Poster Tue, Jul 7, 2026 • 10:30 PM – 12:15 AM PDT HALL A #2906

RLCracker: Evaluating the Worst-Case Vulnerability of LLM Watermarks with Adaptive RL Attacks

Hanbo Huang ⋅ Yiran Zhang ⋅ Hao Zheng ⋅ Xuan Gong ⋅ Yihan Li ⋅ Lin Liu ⋅ Zhuotao Liu ⋅ Shiyu Liang

Project Page

Abstract

Large language model (LLM) watermarking has shown promise in detecting AI-generated content and mitigating misuse, with prior work claiming robustness against paraphrasing and text editing. In this paper, we argue that existing evaluations are not sufficiently adversarial, obscuring critical vulnerabilities and overstating the security. To address this, we introduce the adaptive robustness radius, a formal metric that quantifies the worst-case resilience of watermarks against adaptive adversaries. By lifting the paraphrase space into a KL-divergence ball, we approximate this radius and theoretically demonstrate that optimizing the attack context and model parameters can significantly reduce the approximated radius, making watermarks highly vulnerable to paraphrase attacks.
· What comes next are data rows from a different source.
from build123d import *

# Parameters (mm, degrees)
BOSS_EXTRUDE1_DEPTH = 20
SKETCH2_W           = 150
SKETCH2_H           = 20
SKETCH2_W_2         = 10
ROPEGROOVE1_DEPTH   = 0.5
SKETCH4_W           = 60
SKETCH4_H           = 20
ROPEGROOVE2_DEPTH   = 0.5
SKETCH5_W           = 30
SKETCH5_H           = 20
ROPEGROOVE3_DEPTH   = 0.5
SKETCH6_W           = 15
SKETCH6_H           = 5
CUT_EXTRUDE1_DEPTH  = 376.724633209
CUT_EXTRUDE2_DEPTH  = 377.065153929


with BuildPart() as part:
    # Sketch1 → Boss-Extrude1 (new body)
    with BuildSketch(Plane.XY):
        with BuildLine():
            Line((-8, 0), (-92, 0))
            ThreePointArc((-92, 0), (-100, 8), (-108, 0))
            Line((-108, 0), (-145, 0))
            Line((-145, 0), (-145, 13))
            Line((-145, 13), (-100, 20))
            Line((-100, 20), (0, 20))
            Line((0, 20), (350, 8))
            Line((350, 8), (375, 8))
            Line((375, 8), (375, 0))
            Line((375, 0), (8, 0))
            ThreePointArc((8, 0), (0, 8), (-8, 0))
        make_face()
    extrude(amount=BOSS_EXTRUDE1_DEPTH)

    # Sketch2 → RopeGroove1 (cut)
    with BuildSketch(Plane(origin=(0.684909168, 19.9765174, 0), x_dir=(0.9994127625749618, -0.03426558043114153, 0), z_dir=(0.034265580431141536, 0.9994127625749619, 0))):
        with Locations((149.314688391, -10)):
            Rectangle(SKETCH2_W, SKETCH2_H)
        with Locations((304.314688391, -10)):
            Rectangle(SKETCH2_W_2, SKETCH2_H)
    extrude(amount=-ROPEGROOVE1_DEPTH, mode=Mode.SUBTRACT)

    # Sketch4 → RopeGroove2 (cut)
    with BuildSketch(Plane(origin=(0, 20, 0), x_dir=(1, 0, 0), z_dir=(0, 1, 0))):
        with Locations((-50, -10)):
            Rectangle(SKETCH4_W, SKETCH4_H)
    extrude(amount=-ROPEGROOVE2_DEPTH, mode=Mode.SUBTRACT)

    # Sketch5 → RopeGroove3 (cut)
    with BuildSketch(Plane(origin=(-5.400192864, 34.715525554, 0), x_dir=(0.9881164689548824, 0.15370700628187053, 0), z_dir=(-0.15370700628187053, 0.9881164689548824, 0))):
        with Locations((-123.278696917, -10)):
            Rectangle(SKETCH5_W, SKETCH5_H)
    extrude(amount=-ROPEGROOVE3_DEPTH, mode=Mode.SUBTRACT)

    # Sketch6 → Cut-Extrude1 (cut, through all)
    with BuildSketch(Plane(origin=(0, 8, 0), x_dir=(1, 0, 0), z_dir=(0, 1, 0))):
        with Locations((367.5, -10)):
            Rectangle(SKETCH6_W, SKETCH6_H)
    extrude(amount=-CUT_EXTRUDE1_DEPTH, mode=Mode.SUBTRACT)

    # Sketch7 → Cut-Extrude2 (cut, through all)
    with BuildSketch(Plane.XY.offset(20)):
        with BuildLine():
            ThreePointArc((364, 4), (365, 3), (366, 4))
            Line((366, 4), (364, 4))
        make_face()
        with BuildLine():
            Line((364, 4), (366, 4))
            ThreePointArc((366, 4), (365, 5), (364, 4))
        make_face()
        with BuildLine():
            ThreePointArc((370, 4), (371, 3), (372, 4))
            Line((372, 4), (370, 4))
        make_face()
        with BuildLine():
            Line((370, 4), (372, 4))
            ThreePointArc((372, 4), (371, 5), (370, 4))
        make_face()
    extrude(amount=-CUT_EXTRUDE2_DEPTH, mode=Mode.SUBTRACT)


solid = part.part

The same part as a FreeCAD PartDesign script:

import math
import FreeCAD as App
import Part
import Sketcher
Q = App.Units.Quantity

doc = App.newDocument("Part")
body = doc.addObject("PartDesign::Body", "Body")

# Sketch on XY plane
sketch1 = doc.addObject("Sketcher::SketchObject", "Sketch")
body.addObject(sketch1)
sketch1.AttachmentSupport = (doc.XY_Plane, [""])
sketch1.MapMode = "FlatFace"
sketch1.addGeometry([
    Part.LineSegment(App.Vector(-92, 0, 0), App.Vector(-8, 0, 0)),  # 0
    Part.ArcOfCircle(Part.Circle(App.Vector(0, 0, 0), App.Vector(0, 0, 1), 8), math.radians(0), math.radians(180)),  # 1
    Part.LineSegment(App.Vector(8, 0, 0), App.Vector(375, 0, 0)),  # 2
    Part.LineSegment(App.Vector(375, 0, 0), App.Vector(375, 8, 0)),  # 3
    Part.LineSegment(App.Vector(375, 8, 0), App.Vector(350, 8, 0)),  # 4
    Part.LineSegment(App.Vector(350, 8, 0), App.Vector(0, 20, 0)),  # 5
    Part.LineSegment(App.Vector(0, 20, 0), App.Vector(-100, 20, 0)),  # 6
    Part.LineSegment(App.Vector(-100, 20, 0), App.Vector(-145, 13, 0)),  # 7
    Part.LineSegment(App.Vector(-145, 13, 0), App.Vector(-145, 0, 0)),  # 8
    Part.LineSegment(App.Vector(-145, 0, 0), App.Vector(-108, 0, 0)),  # 9
    Part.ArcOfCircle(Part.Circle(App.Vector(-100, 0, 0), App.Vector(0, 0, 1), 8), math.radians(0), math.radians(180)),  # 10
], False)
sketch1.addConstraint([
    Sketcher.Constraint("Coincident", 0, 2, 1, 2),
    Sketcher.Constraint("Coincident", 1, 1, 2, 1),
    Sketcher.Constraint("Coincident", 2, 2, 3, 1),
    Sketcher.Constraint("Coincident", 3, 2, 4, 1),
    Sketcher.Constraint("Coincident", 4, 2, 5, 1),
    Sketcher.Constraint("Coincident", 5, 2, 6, 1),
    Sketcher.Constraint("Coincident", 6, 2, 7, 1),
    Sketcher.Constraint("Coincident", 7, 2, 8, 1),
    Sketcher.Constraint("Coincident", 8, 2, 9, 1),
    Sketcher.Constraint("Coincident", 9, 2, 10, 2),
    Sketcher.Constraint("Coincident", 10, 1, 0, 1),
    Sketcher.Constraint("Horizontal", 0),
    Sketcher.Constraint("Horizontal", 2),
    Sketcher.Constraint("Vertical", 3),
    Sketcher.Constraint("Horizontal", 4),
    Sketcher.Constraint("Horizontal", 6),
    Sketcher.Constraint("Vertical", 8),
    Sketcher.Constraint("Horizontal", 9),
    Sketcher.Constraint("Coincident", 1, 3, -1, 1),
    Sketcher.Constraint("Equal", 1, 10),
    Sketcher.Constraint("PointOnObject", 10, 3, -1),
    Sketcher.Constraint("PointOnObject", 0, 2, -1),
    Sketcher.Constraint("PointOnObject", 1, 1, -1),
    Sketcher.Constraint("PointOnObject", 5, 2, -2),
    Sketcher.Constraint("PointOnObject", 8, 2, -1),
    Sketcher.Constraint("Vertical", 10, 3, 6, 2),
    Sketcher.Constraint("Radius", 1, Q("8 mm")),
    Sketcher.Constraint("DistanceX", 0, 1, 0, 2, Q("84 mm")),
    Sketcher.Constraint("DistanceX", 2, 1, 2, 2, Q("367 mm")),
    Sketcher.Constraint("DistanceX", 4, 2, 4, 1, Q("25 mm")),
    Sketcher.Constraint("DistanceX", 9, 1, 9, 2, Q("37 mm")),
    Sketcher.Constraint("DistanceY", 3, 1, 3, 2, Q("8 mm")),
    Sketcher.Constraint("DistanceY", 8, 2, 8, 1, Q("13 mm")),
    Sketcher.Constraint("DistanceY", -1, 1, 5, 2, Q("20 mm")),
])
pad1 = doc.addObject("PartDesign::Pad", "Pad")
body.addObject(pad1)
pad1.Profile = sketch1
pad1.Length = 20

# Sketch on an angled plane
sketch2 = doc.addObject("Sketcher::SketchObject", "Sketch001")
body.addObject(sketch2)
sketch2.Placement = App.Placement(App.Vector(0.684909, 19.976517, 0), App.Rotation(App.Vector(0.999412763, -0.03426558, 0), App.Vector(0, 0, -1.000000001), App.Vector(0.03426558, 0.999412763, 0), "ZXY"))
sketch2.addGeometry([
    Part.LineSegment(App.Vector(74, 0, 0), App.Vector(74, -20, 0)),  # 0
    Part.LineSegment(App.Vector(74, -20, 0), App.Vector(224, -20, 0)),  # 1
    Part.LineSegment(App.Vector(224, -20, 0), App.Vector(224, 0, 0)),  # 2
    Part.LineSegment(App.Vector(224, 0, 0), App.Vector(74, 0, 0)),  # 3
    Part.LineSegment(App.Vector(299, 0, 0), App.Vector(299, -20, 0)),  # 4
    Part.LineSegment(App.Vector(299, -20, 0), App.Vector(309, -20, 0)),  # 5
    Part.LineSegment(App.Vector(309, -20, 0), App.Vector(309, 0, 0)),  # 6
    Part.LineSegment(App.Vector(309, 0, 0), App.Vector(299, 0, 0)),  # 7
], False)
sketch2.addConstraint([
    Sketcher.Constraint("Coincident", 0, 2, 1, 1),
    Sketcher.Constraint("Coincident", 1, 2, 2, 1),
    Sketcher.Constraint("Coincident", 2, 2, 3, 1),
    Sketcher.Constraint("Coincident", 3, 2, 0, 1),
    Sketcher.Constraint("Coincident", 4, 2, 5, 1),
    Sketcher.Constraint("Coincident", 5, 2, 6, 1),
    Sketcher.Constraint("Coincident", 6, 2, 7, 1),
    Sketcher.Constraint("Coincident", 7, 2, 4, 1),
    Sketcher.Constraint("Vertical", 0),
    Sketcher.Constraint("Horizontal", 1),
    Sketcher.Constraint("Vertical", 2),
    Sketcher.Constraint("Horizontal", 3),
    Sketcher.Constraint("Vertical", 4),
    Sketcher.Constraint("Horizontal", 5),
    Sketcher.Constraint("Vertical", 6),
    Sketcher.Constraint("Horizontal", 7),
    Sketcher.Constraint("PointOnObject", 2, 2, -1),
    Sketcher.Constraint("PointOnObject", 6, 2, -1),
    Sketcher.Constraint("Horizontal", 1, 2, 4, 2),
    Sketcher.Constraint("DistanceX", 1, 1, 1, 2, Q("150 mm")),
    Sketcher.Constraint("DistanceX", 5, 1, 5, 2, Q("10 mm")),
    Sketcher.Constraint("DistanceY", 0, 2, 0, 1, Q("20 mm")),
    Sketcher.Constraint("DistanceX", 1, 2, 4, 2, Q("75 mm")),
    Sketcher.Constraint("DistanceX", -1, 1, 0, 2, Q("74.314688 mm")),
])
pocket1 = doc.addObject("PartDesign::Pocket", "Pocket")
body.addObject(pocket1)
pocket1.Profile = sketch2
pocket1.Length = 0.5

# Sketch on XZ plane
sketch3 = doc.addObject("Sketcher::SketchObject", "Sketch002")
body.addObject(sketch3)
sketch3.AttachmentSupport = (doc.XZ_Plane, [""])
sketch3.MapMode = "FlatFace"
sketch3.AttachmentOffset = App.Placement(App.Vector(0, 0, -20), App.Rotation())
sketch3.addGeometry([
    Part.LineSegment(App.Vector(-80, 0, 0), App.Vector(-80, 20, 0)),
    Part.LineSegment(App.Vector(-80, 20, 0), App.Vector(-20, 20, 0)),
    Part.LineSegment(App.Vector(-20, 20, 0), App.Vector(-20, 0, 0)),
    Part.LineSegment(App.Vector(-20, 0, 0), App.Vector(-80, 0, 0)),
], False)
sketch3.addConstraint([
    Sketcher.Constraint("Coincident", 0, 2, 1, 1),
    Sketcher.Constraint("Coincident", 1, 2, 2, 1),
    Sketcher.Constraint("Coincident", 2, 2, 3, 1),
    Sketcher.Constraint("Coincident", 3, 2, 0, 1),
    Sketcher.Constraint("Vertical", 0),
    Sketcher.Constraint("Horizontal", 1),
    Sketcher.Constraint("Vertical", 2),
    Sketcher.Constraint("Horizontal", 3),
    Sketcher.Constraint("PointOnObject", 2, 2, -1),
    Sketcher.Constraint("DistanceX", 1, 1, 1, 2, Q("60 mm")),
    Sketcher.Constraint("DistanceY", 0, 1, 0, 2, Q("20 mm")),
    Sketcher.Constraint("DistanceX", 0, 2, -1, 1, Q("80 mm")),
])
pocket2 = doc.addObject("PartDesign::Pocket", "Pocket001")
body.addObject(pocket2)
pocket2.Profile = sketch3
pocket2.Length = 0.5
pocket2.Reversed = True

# Sketch on an angled plane
sketch4 = doc.addObject("Sketcher::SketchObject", "Sketch003")
body.addObject(sketch4)
sketch4.Placement = App.Placement(App.Vector(-5.400193, 34.715526, 0), App.Rotation(App.Vector(0.988116469, 0.153707006, 0), App.Vector(0, 0, -1), App.Vector(-0.153707006, 0.988116469, 0), "ZXY"))
sketch4.addGeometry([
    Part.LineSegment(App.Vector(-138, 0, 0), App.Vector(-138, -20, 0)),
    Part.LineSegment(App.Vector(-138, -20, 0), App.Vector(-108, -20, 0)),
    Part.LineSegment(App.Vector(-108, -20, 0), App.Vector(-108, 0, 0)),
    Part.LineSegment(App.Vector(-108, 0, 0), App.Vector(-138, 0, 0)),
], False)
sketch4.addConstraint([
    Sketcher.Constraint("Coincident", 0, 2, 1, 1),
    Sketcher.Constraint("Coincident", 1, 2, 2, 1),
    Sketcher.Constraint("Coincident", 2, 2, 3, 1),
    Sketcher.Constraint("Coincident", 3, 2, 0, 1),
    Sketcher.Constraint("Vertical", 0),
    Sketcher.Constraint("Horizontal", 1),
    Sketcher.Constraint("Vertical", 2),
    Sketcher.Constraint("Horizontal", 3),
    Sketcher.Constraint("PointOnObject", 2, 2, -1),
    Sketcher.Constraint("DistanceX", 1, 1, 1, 2, Q("30 mm")),
    Sketcher.Constraint("DistanceY", 0, 2, 0, 1, Q("20 mm")),
    Sketcher.Constraint("DistanceX", 0, 2, -1, 1, Q("138.278697 mm")),
])
pocket3 = doc.addObject("PartDesign::Pocket", "Pocket002")
body.addObject(pocket3)
pocket3.Profile = sketch4
pocket3.Length = 0.5

# Sketch on XZ plane
sketch5 = doc.addObject("Sketcher::SketchObject", "Sketch004")
body.addObject(sketch5)
sketch5.AttachmentSupport = (doc.XZ_Plane, [""])
sketch5.MapMode = "FlatFace"
sketch5.AttachmentOffset = App.Placement(App.Vector(0, 0, -8), App.Rotation())
sketch5.addGeometry([
    Part.LineSegment(App.Vector(360, 8, 0), App.Vector(360, 12, 0)),
    Part.LineSegment(App.Vector(360, 12, 0), App.Vector(375, 12, 0)),
    Part.LineSegment(App.Vector(375, 12, 0), App.Vector(375, 8, 0)),
    Part.LineSegment(App.Vector(375, 8, 0), App.Vector(360, 8, 0)),
], False)
sketch5.addConstraint([
    Sketcher.Constraint("Coincident", 0, 2, 1, 1),
    Sketcher.Constraint("Coincident", 1, 2, 2, 1),
    Sketcher.Constraint("Coincident", 2, 2, 3, 1),
    Sketcher.Constraint("Coincident", 3, 2, 0, 1),
    Sketcher.Constraint("Vertical", 0),
    Sketcher.Constraint("Horizontal", 1),
    Sketcher.Constraint("Vertical", 2),
    Sketcher.Constraint("Horizontal", 3),
    Sketcher.Constraint("DistanceX", 1, 1, 1, 2, Q("15 mm")),
    Sketcher.Constraint("DistanceY", 0, 1, 0, 2, Q("5 mm")),
    Sketcher.Constraint("DistanceX", -1, 1, 0, 2, Q("360 mm")),
    Sketcher.Constraint("DistanceY", -1, 1, 0, 2, Q("12.5 mm")),
])
pocket4 = doc.addObject("PartDesign::Pocket", "Pocket003")
body.addObject(pocket4)
pocket4.Profile = sketch5
pocket4.Type = "ThroughAll"
pocket4.Reversed = True

# Sketch on XY plane
sketch6 = doc.addObject("Sketcher::SketchObject", "Sketch005")
body.addObject(sketch6)
sketch6.AttachmentSupport = (doc.XY_Plane, [""])
sketch6.MapMode = "FlatFace"
sketch6.AttachmentOffset = App.Placement(App.Vector(0, 0, 20), App.Rotation())
sketch6.addGeometry([
    Part.Circle(App.Vector(365, 4, 0), App.Vector(0, 0, 1), 1),
    Part.Circle(App.Vector(371, 4, 0), App.Vector(0, 0, 1), 1),
], False)
sketch6.addConstraint([
    Sketcher.Constraint("Equal", 0, 1),
    Sketcher.Constraint("Horizontal", 0, 3, 1, 3),
    Sketcher.Constraint("Diameter", 0, Q("2 mm")),
    Sketcher.Constraint("DistanceX", -1, 1, 0, 3, Q("365 mm")),
    Sketcher.Constraint("DistanceY", -1, 1, 0, 3, Q("4 mm")),
    Sketcher.Constraint("DistanceX", -1, 1, 1, 3, Q("371 mm")),
])
pocket5 = doc.addObject("PartDesign::Pocket", "Pocket004")
body.addObject(pocket5)
pocket5.Profile = sketch6
pocket5.Type = "ThroughAll"

doc.recompute()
Leveraging this insight, we propose RLCracker, a reinforcement learning (RL)–based adaptive attack that erases watermarks while preserving semantic fidelity. RLCracker requires only limited watermarked examples and zero access to the detector. Despite weak supervision, it empowers a 3B model to achieve 98.5\% removal success with minimal semantic shift on 1,500-token Unigram-marked texts after training on only 100 short samples. This performance dramatically exceeds 6.75\% by GPT-4o and generalizes across five model sizes over ten watermarking schemes. Our code is available in this repository.

Lay Summary

Text generated by large language models can be marked with hidden statistical signals (watermarks), so that people can later identify where it came from. These watermarks are often tested against simple rewriting, but real users may use stronger models, better prompts, or repeated reasoning to change the text while keeping its meaning. We introduce RLCracker, a stress-testing method that asks how much rewriting a watermark can withstand in the worst case, rather than only under average paraphrasing. RLCracker trains a rewriting model to preserve the original meaning while moving its output away from patterns typical of watermarked text and closer to ordinary human-written text. It needs only a small number of watermarked examples and does not require access to the watermark detector. In experiments across many models and watermarking methods, RLCracker revealed that several current watermarks can be removed much more easily than previous evaluations suggested, especially on long texts. These results do not mean watermarking is useless; they show that watermarking systems should be tested against adaptive, meaning-preserving attacks before deployment. Our work provides a practical diagnostic tool for building more reliable AI provenance safeguards.